* EXERCISE INSTRUCTIONS: Restate word for word the entries below, starting with the line with "v 1.249 1.869 -39.688" and continuing through the line with "v -4.309 -2.774 39.688". Include both of those lines and no others.

* EXTRACTED DATA:
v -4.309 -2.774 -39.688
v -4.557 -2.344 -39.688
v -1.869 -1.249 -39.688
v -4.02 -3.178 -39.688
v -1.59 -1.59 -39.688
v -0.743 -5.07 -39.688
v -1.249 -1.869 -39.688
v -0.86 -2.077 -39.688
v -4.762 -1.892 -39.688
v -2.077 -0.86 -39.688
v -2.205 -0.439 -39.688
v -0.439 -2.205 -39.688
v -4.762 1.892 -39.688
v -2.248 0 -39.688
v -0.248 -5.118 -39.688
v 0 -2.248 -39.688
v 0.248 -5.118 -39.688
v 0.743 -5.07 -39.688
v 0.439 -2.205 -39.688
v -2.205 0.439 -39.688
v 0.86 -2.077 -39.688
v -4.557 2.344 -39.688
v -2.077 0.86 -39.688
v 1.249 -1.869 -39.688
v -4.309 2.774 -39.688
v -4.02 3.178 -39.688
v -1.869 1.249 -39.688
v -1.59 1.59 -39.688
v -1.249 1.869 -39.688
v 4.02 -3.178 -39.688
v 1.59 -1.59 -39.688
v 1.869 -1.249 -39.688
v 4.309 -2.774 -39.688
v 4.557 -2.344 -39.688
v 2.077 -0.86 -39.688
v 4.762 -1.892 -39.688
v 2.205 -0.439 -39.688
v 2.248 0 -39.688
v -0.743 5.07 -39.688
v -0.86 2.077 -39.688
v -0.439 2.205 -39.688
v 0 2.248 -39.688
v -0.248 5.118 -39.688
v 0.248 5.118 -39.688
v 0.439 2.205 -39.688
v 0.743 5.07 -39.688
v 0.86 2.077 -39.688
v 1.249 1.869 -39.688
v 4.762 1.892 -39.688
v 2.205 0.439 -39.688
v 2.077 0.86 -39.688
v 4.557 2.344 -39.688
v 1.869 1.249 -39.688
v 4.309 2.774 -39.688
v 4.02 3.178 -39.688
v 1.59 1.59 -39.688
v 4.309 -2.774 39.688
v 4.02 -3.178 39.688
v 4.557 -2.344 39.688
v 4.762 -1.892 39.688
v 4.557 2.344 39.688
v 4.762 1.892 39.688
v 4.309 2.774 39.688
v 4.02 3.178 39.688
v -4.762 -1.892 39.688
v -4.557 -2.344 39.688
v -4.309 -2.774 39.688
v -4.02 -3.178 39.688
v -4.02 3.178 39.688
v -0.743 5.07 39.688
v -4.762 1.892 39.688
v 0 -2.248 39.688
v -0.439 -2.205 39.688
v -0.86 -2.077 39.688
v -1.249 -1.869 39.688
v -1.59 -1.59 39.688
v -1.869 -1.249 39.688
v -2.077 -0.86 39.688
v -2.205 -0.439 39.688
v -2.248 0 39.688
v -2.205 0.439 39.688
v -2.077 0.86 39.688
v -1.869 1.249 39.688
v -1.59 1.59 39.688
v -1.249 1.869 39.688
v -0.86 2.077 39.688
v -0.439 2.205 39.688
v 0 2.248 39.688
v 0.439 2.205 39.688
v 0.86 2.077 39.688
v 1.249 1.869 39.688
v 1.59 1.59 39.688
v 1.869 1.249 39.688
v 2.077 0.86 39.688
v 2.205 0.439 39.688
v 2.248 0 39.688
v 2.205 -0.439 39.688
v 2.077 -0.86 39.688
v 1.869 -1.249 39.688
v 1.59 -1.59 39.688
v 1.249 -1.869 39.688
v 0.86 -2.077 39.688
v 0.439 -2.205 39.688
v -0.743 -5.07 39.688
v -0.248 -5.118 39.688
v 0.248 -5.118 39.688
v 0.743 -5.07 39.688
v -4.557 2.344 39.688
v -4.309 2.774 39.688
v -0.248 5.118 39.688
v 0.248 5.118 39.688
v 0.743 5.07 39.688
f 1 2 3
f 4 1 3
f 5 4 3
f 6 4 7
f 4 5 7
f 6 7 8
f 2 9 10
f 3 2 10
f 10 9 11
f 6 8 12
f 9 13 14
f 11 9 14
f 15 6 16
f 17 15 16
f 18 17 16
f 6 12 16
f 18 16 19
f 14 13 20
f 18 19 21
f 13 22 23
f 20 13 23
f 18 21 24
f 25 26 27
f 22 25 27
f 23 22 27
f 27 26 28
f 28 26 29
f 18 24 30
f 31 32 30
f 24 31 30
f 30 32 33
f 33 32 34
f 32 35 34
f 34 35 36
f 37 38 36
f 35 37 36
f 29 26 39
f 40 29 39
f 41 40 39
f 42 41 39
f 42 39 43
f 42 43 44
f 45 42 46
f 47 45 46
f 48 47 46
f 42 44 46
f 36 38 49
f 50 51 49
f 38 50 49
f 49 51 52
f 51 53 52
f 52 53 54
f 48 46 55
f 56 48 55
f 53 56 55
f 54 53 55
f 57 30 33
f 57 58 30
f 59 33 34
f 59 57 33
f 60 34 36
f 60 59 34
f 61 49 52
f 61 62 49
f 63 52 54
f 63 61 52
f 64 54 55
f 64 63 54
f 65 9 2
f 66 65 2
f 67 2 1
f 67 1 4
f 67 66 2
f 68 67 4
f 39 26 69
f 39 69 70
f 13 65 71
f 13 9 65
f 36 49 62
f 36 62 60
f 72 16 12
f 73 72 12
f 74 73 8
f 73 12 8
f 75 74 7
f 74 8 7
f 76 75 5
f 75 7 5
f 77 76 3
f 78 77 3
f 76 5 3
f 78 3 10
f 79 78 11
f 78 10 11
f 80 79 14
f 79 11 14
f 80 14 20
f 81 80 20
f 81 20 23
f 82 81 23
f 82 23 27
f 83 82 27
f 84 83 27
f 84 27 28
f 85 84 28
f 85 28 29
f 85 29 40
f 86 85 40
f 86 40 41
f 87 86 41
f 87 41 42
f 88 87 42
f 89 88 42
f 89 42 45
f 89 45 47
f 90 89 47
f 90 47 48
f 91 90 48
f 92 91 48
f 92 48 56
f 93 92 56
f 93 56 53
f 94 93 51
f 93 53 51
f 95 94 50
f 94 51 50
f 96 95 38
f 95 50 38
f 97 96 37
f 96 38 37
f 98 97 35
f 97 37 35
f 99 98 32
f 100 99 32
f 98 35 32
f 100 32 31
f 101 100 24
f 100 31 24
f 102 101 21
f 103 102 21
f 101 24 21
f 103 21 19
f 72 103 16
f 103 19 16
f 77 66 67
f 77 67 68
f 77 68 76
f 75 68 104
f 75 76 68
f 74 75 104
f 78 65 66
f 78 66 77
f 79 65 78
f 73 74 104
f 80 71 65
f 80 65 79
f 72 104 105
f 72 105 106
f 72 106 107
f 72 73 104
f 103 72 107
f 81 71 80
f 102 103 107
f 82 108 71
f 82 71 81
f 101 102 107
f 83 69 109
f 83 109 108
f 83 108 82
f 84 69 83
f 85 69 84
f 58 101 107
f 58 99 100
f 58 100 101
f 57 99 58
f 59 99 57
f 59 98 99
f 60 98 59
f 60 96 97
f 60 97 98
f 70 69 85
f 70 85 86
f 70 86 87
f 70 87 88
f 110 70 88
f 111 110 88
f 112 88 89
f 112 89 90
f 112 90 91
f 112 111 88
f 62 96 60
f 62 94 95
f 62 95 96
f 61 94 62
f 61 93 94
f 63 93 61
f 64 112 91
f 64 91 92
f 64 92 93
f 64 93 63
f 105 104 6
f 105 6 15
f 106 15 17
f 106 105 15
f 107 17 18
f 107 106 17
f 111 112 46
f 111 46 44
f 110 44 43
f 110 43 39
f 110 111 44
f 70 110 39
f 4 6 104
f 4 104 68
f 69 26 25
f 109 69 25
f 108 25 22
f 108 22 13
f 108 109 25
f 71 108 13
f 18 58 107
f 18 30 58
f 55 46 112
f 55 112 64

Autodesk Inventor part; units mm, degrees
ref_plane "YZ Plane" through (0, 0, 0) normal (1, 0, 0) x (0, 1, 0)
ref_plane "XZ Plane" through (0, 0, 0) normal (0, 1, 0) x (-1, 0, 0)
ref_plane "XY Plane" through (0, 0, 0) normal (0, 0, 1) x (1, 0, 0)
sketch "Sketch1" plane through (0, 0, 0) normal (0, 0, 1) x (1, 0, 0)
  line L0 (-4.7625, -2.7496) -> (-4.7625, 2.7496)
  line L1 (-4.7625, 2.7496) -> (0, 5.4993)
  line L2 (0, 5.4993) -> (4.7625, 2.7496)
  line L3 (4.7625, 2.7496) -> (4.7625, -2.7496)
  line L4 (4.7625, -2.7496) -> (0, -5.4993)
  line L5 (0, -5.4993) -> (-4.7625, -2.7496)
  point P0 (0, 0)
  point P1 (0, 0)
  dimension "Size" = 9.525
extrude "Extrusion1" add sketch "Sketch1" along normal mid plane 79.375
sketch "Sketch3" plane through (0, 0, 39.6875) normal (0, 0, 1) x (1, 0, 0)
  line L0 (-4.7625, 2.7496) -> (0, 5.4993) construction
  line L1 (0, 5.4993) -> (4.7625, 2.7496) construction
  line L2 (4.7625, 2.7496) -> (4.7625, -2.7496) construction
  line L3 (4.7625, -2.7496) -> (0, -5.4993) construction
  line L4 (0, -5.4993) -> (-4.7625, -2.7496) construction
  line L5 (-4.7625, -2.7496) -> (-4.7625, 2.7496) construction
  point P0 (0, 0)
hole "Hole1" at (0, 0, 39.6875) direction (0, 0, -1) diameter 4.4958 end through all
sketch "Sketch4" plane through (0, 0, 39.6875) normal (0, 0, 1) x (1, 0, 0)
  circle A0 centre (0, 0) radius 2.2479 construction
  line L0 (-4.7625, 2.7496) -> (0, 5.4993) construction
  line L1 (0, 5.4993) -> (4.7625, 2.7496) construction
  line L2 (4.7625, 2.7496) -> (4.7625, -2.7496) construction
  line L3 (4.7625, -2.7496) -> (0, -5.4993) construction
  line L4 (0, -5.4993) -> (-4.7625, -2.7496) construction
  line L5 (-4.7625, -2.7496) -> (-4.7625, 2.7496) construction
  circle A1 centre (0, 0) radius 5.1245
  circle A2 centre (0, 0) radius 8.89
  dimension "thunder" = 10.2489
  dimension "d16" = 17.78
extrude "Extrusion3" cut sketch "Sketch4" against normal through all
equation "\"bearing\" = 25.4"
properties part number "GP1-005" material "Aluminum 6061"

* YOUR RESPONSE:
v 1.249 1.869 -39.688
v 4.762 1.892 -39.688
v 2.205 0.439 -39.688
v 2.077 0.86 -39.688
v 4.557 2.344 -39.688
v 1.869 1.249 -39.688
v 4.309 2.774 -39.688
v 4.02 3.178 -39.688
v 1.59 1.59 -39.688
v 4.309 -2.774 39.688
v 4.02 -3.178 39.688
v 4.557 -2.344 39.688
v 4.762 -1.892 39.688
v 4.557 2.344 39.688
v 4.762 1.892 39.688
v 4.309 2.774 39.688
v 4.02 3.178 39.688
v -4.762 -1.892 39.688
v -4.557 -2.344 39.688
v -4.309 -2.774 39.688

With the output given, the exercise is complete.